WASHINGTON — Four rare children’s books were unveiled as digitized editions on a new storytelling app at the Library of Congress on Wednesday.

Children from the Smithsonian Early Enrichment Center experienced the tales for the first time on Cricket Media’s Story Bug, an app that allows two people to experience a book together through a combination of interactivity, video-chat and a shared reader.

“The app includes both the digitized book as well as a Skype-like interactivity,” said Lee Ann Potter, 48, the director of educational outreach at the Library of Congress.  “You can have an iPad, and I can have an iPad and be 3,000 miles away, but we can be reading the same book aloud and seeing each other. When we saw the app we got very excited about it.”

Cricket Media is the parent organization of the children’s magazines Cobblestone and Ladybug, which occasionally runs article contributed by the Library of Congress. The Northern Virginia company approached the Library about publishing historic books through their new technology.

While a “small percentage of the Library’s collections” are available in digital edition through Read.gov, this is the first time a technology such as Story Bug has been applied to their children’s books.

A group of about two dozen children sat in a circle around Potter as she demonstrated the app on a television screen. The kids, ranging in age from three to six, laughed as they watched a fellow student’s face appear on the monitor and read the pages out loud from another room.

The four rare books now available are “Shadow Pictures for Young and Old” (1896) by Ruth McEnery Stuart and Albert Bigelow Paine, “The Song of Sixpence Picture Book” (1909) embellished and illustrated in full color by Walter Crane, “The Slant Book” (1910) and “The Rocket Book” (1912) both by Peter Newell.

The books were chosen in an agreement between the Library and Cricket Media based on criteria of appeal to kids, no longer being in print, and exemptions from copyright issues.

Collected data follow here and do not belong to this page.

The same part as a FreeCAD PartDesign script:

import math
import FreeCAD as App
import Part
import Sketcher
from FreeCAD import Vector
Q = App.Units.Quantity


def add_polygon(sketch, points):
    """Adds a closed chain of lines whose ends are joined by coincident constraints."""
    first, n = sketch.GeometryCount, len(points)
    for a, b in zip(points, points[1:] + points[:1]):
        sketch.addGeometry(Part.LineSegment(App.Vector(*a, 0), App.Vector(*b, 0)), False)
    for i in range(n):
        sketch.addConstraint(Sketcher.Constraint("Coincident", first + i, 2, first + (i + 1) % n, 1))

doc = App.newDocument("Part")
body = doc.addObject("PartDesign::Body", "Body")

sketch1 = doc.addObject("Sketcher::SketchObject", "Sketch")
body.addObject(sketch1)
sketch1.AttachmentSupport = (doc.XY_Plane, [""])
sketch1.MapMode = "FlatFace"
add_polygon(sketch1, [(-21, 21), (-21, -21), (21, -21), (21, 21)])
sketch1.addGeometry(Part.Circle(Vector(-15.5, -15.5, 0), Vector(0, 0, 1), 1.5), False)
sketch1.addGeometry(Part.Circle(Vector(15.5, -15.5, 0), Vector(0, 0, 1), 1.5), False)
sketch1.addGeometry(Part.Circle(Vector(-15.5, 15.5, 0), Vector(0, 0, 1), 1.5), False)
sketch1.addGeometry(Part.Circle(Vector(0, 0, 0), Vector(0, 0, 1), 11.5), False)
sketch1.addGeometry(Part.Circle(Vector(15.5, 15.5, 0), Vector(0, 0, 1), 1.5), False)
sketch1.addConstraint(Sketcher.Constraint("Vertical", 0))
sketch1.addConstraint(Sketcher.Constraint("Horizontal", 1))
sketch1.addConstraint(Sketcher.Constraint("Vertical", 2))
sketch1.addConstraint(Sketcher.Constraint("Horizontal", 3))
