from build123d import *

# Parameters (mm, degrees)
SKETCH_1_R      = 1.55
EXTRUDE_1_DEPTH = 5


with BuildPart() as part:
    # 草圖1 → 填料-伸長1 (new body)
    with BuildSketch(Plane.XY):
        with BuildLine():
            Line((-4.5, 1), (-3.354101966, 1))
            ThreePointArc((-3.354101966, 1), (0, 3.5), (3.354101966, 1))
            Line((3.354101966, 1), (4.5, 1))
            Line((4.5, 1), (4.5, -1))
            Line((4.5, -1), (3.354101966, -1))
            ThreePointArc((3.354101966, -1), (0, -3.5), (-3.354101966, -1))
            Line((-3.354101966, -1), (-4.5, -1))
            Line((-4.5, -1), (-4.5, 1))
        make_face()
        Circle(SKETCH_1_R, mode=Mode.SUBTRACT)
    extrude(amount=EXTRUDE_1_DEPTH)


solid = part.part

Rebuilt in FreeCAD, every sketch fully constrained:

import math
import FreeCAD as App
import Part
import Sketcher
from FreeCAD import Vector

doc = App.newDocument("Part")
body = doc.addObject("PartDesign::Body", "Body")

# Sketch on XY plane
sketch1 = body.newObject("Sketcher::SketchObject", "Sketch")
sketch1.AttachmentSupport = (doc.getObject("XY_Plane"), [""])
sketch1.MapMode = "FlatFace"
sketch1.addGeometry(Part.LineSegment(Vector(-3.4, 1, 0), Vector(-4.5, 1, 0)), False)
sketch1.addGeometry(Part.LineSegment(Vector(-4.5, 1, 0), Vector(-4.5, -1, 0)), False)
sketch1.addGeometry(Part.LineSegment(Vector(-4.5, -1, 0), Vector(-3.4, -1, 0)), False)
sketch1.addGeometry(Part.ArcOfCircle(Part.Circle(Vector(0, 0, 0), Vector(0, 0, 1), 3.5), math.radians(-163), math.radians(-17)), False)
sketch1.addGeometry(Part.LineSegment(Vector(3.4, -1, 0), Vector(4.5, -1, 0)), False)
sketch1.addGeometry(Part.LineSegment(Vector(4.5, -1, 0), Vector(4.5, 1, 0)), False)
sketch1.addGeometry(Part.LineSegment(Vector(4.5, 1, 0), Vector(3.4, 1, 0)), False)
sketch1.addGeometry(Part.ArcOfCircle(Part.Circle(Vector(0, 0, 0), Vector(0, 0, 1), 3.5), math.radians(17), math.radians(163)), False)
sketch1.addGeometry(Part.Circle(Vector(0, 0, 0), Vector(0, 0, 1), 1.6), False)
sketch1.addConstraint(Sketcher.Constraint("Coincident", 0, 2, 1, 1))
sketch1.addConstraint(Sketcher.Constraint("Coincident", 1, 2, 2, 1))
sketch1.addConstraint(Sketcher.Constraint("Coincident", 2, 2, 3, 1))
sketch1.addConstraint(Sketcher.Constraint("Coincident", 3, 2, 4, 1))
sketch1.addConstraint(Sketcher.Constraint("Coincident", 4, 2, 5, 1))
sketch1.addConstraint(Sketcher.Constraint("Coincident", 5, 2, 6, 1))
sketch1.addConstraint(Sketcher.Constraint("Coincident", 6, 2, 7, 1))
sketch1.addConstraint(Sketcher.Constraint("Coincident", 7, 2, 0, 1))
sketch1.addConstraint(Sketcher.Constraint("Horizontal", 0))
sketch1.addConstraint(Sketcher.Constraint("Vertical", 1))
sketch1.addConstraint(Sketcher.Constraint("Horizontal", 2))
sketch1.addConstraint(Sketcher.Constraint("Horizontal", 4))
sketch1.addConstraint(Sketcher.Constraint("Vertical", 5))
sketch1.addConstraint(Sketcher.Constraint("Horizontal", 6))
sketch1.addConstraint(Sketcher.Constraint("Coincident", 3, 3, -1, 1))
sketch1.addConstraint(Sketcher.Constraint("Coincident", 7, 3, -1, 1))
sketch1.addConstraint(Sketcher.Constraint("Coincident", 8, 3, -1, 1))
sketch1.addConstraint(Sketcher.Constraint("Equal", 3, 7))
sketch1.addConstraint(Sketcher.Constraint("Symmetric", 0, 2, 4, 2, -1, 1))
sketch1.addConstraint(Sketcher.Constraint("Horizontal", 2, 2, 3, 2))
sketch1.addConstraint(Sketcher.Constraint("Horizontal", 0, 2, 5, 2))
sketch1.addConstraint(Sketcher.Constraint("Diameter", 8, 3.1))
sketch1.addConstraint(Sketcher.Constraint("Radius", 3, 3.5))
sketch1.addConstraint(Sketcher.Constraint("DistanceY", 1, 2, 1, 1, 2.0))
sketch1.addConstraint(Sketcher.Constraint("DistanceX", 0, 2, -1, 1, 4.5))
pad1 = body.newObject("PartDesign::Pad", "Pad")
pad1.Profile = sketch1
pad1.Length = 5

doc.recompute()
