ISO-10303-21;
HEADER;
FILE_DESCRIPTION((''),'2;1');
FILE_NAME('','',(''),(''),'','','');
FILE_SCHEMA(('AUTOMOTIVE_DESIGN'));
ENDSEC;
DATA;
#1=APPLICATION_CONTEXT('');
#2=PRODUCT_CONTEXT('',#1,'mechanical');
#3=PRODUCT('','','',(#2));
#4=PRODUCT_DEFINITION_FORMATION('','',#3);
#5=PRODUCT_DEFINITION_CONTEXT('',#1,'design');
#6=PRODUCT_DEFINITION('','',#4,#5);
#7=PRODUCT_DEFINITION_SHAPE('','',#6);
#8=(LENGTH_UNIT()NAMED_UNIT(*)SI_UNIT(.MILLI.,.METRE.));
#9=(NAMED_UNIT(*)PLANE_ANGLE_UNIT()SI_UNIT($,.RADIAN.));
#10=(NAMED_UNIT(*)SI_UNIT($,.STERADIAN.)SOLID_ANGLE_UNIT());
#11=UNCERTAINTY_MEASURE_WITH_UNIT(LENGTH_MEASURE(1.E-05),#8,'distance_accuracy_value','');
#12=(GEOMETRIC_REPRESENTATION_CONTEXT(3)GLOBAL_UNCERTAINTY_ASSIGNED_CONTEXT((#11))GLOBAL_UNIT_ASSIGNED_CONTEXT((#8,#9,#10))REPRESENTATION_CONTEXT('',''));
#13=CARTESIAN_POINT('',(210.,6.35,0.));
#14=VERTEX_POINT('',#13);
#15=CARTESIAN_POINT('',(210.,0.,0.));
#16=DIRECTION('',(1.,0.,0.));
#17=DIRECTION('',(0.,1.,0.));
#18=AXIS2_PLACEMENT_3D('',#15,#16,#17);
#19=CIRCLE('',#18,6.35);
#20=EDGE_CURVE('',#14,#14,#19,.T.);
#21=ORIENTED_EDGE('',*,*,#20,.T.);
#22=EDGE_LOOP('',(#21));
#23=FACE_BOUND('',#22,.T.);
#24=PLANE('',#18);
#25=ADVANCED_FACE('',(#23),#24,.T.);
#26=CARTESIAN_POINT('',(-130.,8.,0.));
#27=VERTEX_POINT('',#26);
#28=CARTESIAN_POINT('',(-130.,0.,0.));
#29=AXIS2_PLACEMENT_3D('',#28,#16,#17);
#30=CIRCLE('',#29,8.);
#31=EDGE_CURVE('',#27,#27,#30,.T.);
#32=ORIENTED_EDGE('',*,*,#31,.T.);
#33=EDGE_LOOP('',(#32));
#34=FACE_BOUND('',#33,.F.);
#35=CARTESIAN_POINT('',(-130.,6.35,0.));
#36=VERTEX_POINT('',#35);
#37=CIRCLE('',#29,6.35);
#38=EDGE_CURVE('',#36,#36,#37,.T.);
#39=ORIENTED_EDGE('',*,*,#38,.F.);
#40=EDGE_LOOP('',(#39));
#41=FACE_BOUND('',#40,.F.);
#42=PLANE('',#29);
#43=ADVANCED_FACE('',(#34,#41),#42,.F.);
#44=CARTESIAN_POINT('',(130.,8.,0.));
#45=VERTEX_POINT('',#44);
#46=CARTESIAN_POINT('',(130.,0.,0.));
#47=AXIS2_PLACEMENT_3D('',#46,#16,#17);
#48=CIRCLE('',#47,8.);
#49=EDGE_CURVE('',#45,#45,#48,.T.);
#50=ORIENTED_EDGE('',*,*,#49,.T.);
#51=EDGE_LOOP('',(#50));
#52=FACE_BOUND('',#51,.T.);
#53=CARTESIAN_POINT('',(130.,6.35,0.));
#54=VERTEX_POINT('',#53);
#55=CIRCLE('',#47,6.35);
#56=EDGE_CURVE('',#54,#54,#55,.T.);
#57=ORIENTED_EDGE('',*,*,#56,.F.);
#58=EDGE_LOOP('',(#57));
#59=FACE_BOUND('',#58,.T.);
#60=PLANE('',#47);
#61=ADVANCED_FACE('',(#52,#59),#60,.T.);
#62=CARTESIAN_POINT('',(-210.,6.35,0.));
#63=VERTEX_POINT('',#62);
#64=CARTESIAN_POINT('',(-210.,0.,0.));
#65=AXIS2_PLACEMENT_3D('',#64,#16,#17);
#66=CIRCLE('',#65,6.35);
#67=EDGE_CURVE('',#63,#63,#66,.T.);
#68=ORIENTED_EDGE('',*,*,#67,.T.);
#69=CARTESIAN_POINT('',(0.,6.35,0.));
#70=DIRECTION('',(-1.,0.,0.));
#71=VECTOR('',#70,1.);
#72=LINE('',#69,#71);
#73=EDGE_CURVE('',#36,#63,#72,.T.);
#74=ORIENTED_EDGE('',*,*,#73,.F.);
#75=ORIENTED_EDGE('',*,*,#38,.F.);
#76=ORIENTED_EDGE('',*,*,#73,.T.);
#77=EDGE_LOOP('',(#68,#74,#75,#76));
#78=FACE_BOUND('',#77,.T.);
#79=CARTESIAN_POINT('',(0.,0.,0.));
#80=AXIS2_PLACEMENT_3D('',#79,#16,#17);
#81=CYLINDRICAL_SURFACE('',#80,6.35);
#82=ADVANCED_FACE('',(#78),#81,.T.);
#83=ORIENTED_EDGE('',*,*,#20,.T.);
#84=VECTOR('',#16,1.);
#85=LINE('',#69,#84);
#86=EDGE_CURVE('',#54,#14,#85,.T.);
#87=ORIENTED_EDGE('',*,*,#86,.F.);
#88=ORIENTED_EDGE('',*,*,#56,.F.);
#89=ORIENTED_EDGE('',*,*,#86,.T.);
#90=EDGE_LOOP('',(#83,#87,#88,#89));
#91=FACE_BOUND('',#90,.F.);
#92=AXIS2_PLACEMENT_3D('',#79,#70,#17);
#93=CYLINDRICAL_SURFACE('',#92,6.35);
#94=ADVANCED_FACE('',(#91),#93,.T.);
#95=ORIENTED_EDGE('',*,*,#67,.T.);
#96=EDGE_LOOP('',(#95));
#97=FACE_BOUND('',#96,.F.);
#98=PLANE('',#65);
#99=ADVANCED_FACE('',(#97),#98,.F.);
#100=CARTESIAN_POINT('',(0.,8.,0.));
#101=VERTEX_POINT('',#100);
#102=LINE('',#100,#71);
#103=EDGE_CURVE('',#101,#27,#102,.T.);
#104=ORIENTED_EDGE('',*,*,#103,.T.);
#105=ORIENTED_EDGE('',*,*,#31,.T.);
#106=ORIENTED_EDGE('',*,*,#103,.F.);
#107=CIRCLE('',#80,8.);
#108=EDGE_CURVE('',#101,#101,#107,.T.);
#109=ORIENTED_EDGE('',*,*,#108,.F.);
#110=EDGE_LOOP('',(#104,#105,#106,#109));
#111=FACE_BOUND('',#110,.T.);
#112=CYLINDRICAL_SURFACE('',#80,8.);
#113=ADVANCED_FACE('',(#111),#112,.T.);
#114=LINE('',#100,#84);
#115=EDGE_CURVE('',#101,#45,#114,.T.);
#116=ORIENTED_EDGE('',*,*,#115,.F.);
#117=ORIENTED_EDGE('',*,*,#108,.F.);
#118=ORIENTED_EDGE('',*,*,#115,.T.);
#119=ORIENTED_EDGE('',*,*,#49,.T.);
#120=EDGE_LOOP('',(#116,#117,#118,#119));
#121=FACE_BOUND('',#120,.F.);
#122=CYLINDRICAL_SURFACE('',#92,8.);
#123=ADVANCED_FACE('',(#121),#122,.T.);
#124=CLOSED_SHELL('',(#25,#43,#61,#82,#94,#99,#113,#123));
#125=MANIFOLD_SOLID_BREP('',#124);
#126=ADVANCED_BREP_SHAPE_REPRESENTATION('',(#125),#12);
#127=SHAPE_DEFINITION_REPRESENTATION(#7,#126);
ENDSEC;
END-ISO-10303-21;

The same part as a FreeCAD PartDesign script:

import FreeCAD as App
import Part
import Sketcher
Q = App.Units.Quantity

doc = App.newDocument("Part")
body = doc.addObject("PartDesign::Body", "Body")

# Sketch on YZ plane
sketch1 = body.newObject("Sketcher::SketchObject", "Sketch")
sketch1.AttachmentSupport = (doc.getObject("YZ_Plane"), [""])
sketch1.MapMode = "FlatFace"
sketch1.addGeometry(Part.Circle(App.Vector(0, 0, 0), App.Vector(0, 0, 1), 6.35), False)
sketch1.addConstraint(Sketcher.Constraint("Coincident", 0, 3, -1, 1))
sketch1.addConstraint(Sketcher.Constraint("Diameter", 0, Q("12.7 mm")))
pad1 = body.newObject("PartDesign::Pad", "Pad")
pad1.Profile = sketch1
pad1.Length = 420
pad1.Midplane = True

# Sketch on YZ plane
sketch2 = body.newObject("Sketcher::SketchObject", "Sketch001")
sketch2.AttachmentSupport = (doc.getObject("YZ_Plane"), [""])
sketch2.MapMode = "FlatFace"
sketch2.addGeometry(Part.Circle(App.Vector(0, 0, 0), App.Vector(0, 0, 1), 8), False)
sketch2.addGeometry(Part.Circle(App.Vector(0, 0, 0), App.Vector(0, 0, 1), 6.35), False)
sketch2.addConstraint(Sketcher.Constraint("Coincident", 0, 3, -1, 1))
sketch2.addConstraint(Sketcher.Constraint("Coincident", 1, 3, -1, 1))
sketch2.addConstraint(Sketcher.Constraint("Diameter", 0, Q("16 mm")))
sketch2.addConstraint(Sketcher.Constraint("Diameter", 1, Q("12.7 mm")))
pad2 = body.newObject("PartDesign::Pad", "Pad001")
pad2.Profile = sketch2
pad2.Length = 260
pad2.Midplane = True

doc.recompute()
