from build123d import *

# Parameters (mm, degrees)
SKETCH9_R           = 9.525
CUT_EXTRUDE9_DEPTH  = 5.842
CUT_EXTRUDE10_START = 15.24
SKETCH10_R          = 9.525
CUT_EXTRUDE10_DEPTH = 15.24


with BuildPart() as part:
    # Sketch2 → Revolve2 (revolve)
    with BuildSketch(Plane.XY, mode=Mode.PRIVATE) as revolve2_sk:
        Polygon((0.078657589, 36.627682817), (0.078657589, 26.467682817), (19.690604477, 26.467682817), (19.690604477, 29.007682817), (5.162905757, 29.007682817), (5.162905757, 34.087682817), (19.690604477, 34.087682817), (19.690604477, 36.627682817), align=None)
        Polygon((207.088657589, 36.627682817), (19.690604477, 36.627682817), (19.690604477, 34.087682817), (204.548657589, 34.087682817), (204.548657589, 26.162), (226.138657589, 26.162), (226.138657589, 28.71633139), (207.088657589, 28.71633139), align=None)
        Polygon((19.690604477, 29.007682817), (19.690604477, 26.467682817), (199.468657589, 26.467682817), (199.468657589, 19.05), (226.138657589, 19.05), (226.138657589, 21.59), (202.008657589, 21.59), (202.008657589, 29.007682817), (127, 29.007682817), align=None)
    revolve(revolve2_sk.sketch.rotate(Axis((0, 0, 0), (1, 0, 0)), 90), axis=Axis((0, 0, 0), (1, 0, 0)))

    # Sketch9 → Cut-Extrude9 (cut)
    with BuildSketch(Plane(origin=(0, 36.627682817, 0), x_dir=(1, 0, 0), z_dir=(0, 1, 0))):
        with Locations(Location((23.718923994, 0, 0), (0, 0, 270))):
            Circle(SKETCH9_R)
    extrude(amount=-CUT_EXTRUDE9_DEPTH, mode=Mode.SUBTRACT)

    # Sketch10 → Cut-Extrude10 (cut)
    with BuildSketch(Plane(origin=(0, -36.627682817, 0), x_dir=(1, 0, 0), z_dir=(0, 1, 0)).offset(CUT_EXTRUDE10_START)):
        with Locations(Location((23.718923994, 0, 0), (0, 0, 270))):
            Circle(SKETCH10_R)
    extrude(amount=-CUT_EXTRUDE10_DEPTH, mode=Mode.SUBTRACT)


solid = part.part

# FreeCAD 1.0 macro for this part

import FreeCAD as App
import Part
import Sketcher
from FreeCAD import Vector
Q = App.Units.Quantity


def add_polygon(sketch, points):
    """Adds a closed chain of lines whose ends are joined by coincident constraints."""
    first, n = sketch.GeometryCount, len(points)
    for a, b in zip(points, points[1:] + points[:1]):
        sketch.addGeometry(Part.LineSegment(App.Vector(*a, 0), App.Vector(*b, 0)), False)
    for i in range(n):
        sketch.addConstraint(Sketcher.Constraint("Coincident", first + i, 2, first + (i + 1) % n, 1))

doc = App.newDocument("Part")
body = doc.addObject("PartDesign::Body", "Body")

# Sketch on XY plane
sketch1 = body.newObject("Sketcher::SketchObject", "Sketch")
sketch1.AttachmentSupport = (doc.getObject("XY_Plane"), [""])
sketch1.MapMode = "FlatFace"
add_polygon(sketch1, [(0.078658, 36.627683), (0.078658, 26.467683), (199.468658, 26.467683), (199.468658, 19.05), (226.138658, 19.05), (226.138658, 21.59), (202.008658, 21.59), (202.008658, 29.007683), (5.162906, 29.007683), (5.162906, 34.087683), (204.548658, 34.087683), (204.548658, 26.162), (226.138658, 26.162), (226.138658, 28.716331), (207.088658, 28.716331), (207.088658, 36.627683)])  # lines 0-15
sketch1.addConstraint([
    Sketcher.Constraint("Vertical", 0),
    Sketcher.Constraint("Horizontal", 1),
    Sketcher.Constraint("Vertical", 2),
    Sketcher.Constraint("Horizontal", 3),
    Sketcher.Constraint("Vertical", 4),
    Sketcher.Constraint("Horizontal", 5),
    Sketcher.Constraint("Vertical", 6),
    Sketcher.Constraint("Horizontal", 7),
    Sketcher.Constraint("Vertical", 8),
    Sketcher.Constraint("Horizontal", 9),
    Sketcher.Constraint("Vertical", 10),
    Sketcher.Constraint("Horizontal", 11),
    Sketcher.Constraint("Vertical", 12),
    Sketcher.Constraint("Horizontal", 13),
    Sketcher.Constraint("Vertical", 14),
    Sketcher.Constraint("Horizontal", 15),
    Sketcher.Constraint("Vertical", 4, 2, 11, 2),
    Sketcher.Constraint("Equal", 2, 6),
    Sketcher.Constraint("DistanceY", 0, 2, 0, 1, Q("0.4 in")),
    Sketcher.Constraint("DistanceY", 4, 1, 4, 2, Q("0.1 in")),
    Sketcher.Constraint("DistanceY", 8, 1, 8, 2, Q("0.2 in")),
    Sketcher.Constraint("DistanceX", 1, 1, 1, 2, Q("7.85 in")),
    Sketcher.Constraint("DistanceX", 3, 1, 3, 2, Q("1.05 in")),
    Sketcher.Constraint("DistanceX", 5, 2, 5, 1, Q("0.95 in")),
    Sketcher.Constraint("DistanceX", 11, 1, 11, 2, Q("0.85 in")),
    Sketcher.Constraint("DistanceX", 13, 2, 13, 1, Q("0.75 in")),
    Sketcher.Constraint("DistanceY", -1, 1, 2, 2, Q("0.75 in")),
    Sketcher.Constraint("DistanceY", -1, 1, 10, 2, Q("1.03 in")),
    Sketcher.Constraint("DistanceX", 7, 2, 7, 1, 196.845752),
    Sketcher.Constraint("DistanceY", 12, 1, 12, 2, 2.554331),
    Sketcher.Constraint("DistanceY", 14, 1, 14, 2, 7.911351),
    Sketcher.Constraint("DistanceX", -1, 1, 0, 2, 0.078658),
])
revolution = body.newObject("PartDesign::Revolution", "Revolution")
revolution.Profile = sketch1
revolution.ReferenceAxis = (sketch1, ["H_Axis"])
revolution.Angle = 360

# Sketch on XZ plane
sketch2 = body.newObject("Sketcher::SketchObject", "Sketch001")
sketch2.AttachmentSupport = (doc.getObject("XZ_Plane"), [""])
sketch2.MapMode = "FlatFace"
sketch2.AttachmentOffset = App.Placement(Vector(0, 0, -36.627683), App.Rotation())
sketch2.addGeometry(Part.Circle(Vector(23.718924, 0, 0), Vector(0, 0, 1), 9.525), False)
sketch2.addConstraint([
    Sketcher.Constraint("PointOnObject", 0, 3, -1),
    Sketcher.Constraint("Diameter", 0, Q("0.75 in")),
    Sketcher.Constraint("DistanceX", -1, 1, 0, 3, 23.718924),
])
pocket1 = body.newObject("PartDesign::Pocket", "Pocket")
pocket1.Profile = sketch2
pocket1.Length = Q("0.23 in")
pocket1.Reversed = True

# Sketch on XZ plane
sketch3 = body.newObject("Sketcher::SketchObject", "Sketch002")
sketch3.AttachmentSupport = (doc.getObject("XZ_Plane"), [""])
sketch3.MapMode = "FlatFace"
sketch3.AttachmentOffset = App.Placement(Vector(0, 0, 21.387683), App.Rotation())
sketch3.addGeometry(Part.Circle(Vector(23.718924, 0, 0), Vector(0, 0, 1), 9.525), False)
sketch3.addConstraint([
    Sketcher.Constraint("PointOnObject", 0, 3, -1),
    Sketcher.Constraint("Diameter", 0, Q("0.75 in")),
    Sketcher.Constraint("DistanceX", -1, 1, 0, 3, 23.718924),
])
pocket2 = body.newObject("PartDesign::Pocket", "Pocket001")
pocket2.Profile = sketch3
pocket2.Length = Q("0.6 in")
pocket2.Reversed = True

doc.recompute()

“They’re all very clever,” Potter sad. “The books themselves are fabulous. The artwork is beautiful and the text is marvelous.”

A priority of the Library was to make sure not only the app, but the books available on the app would remain free and accessible to the public, according to Potter.

The app is currently only available for iOS devices, but Cricket is working on an Android application. The “sweet spot age group” for the app is newborn through six, according Cricket Media CEO, Katya Andresen. She hopes “to expand the platform” to older ages.

This technology is something educators are looking into implementing in their classrooms to make reading more engaging to students, said Tina Brimo, 31, a teacher for three-year-olds at the Smithsonian.

The Library is hoping the app will help make a connection between readers and the history behind the books.

“Thinking that our great, great, great grandparents may have read these stories, and now we have a chance to read them, is an opportunity to connect with those earlier generations,” said Potter. “We’re connecting through a technology that is enabling something to happen that those generations could never have even begun to imagine.”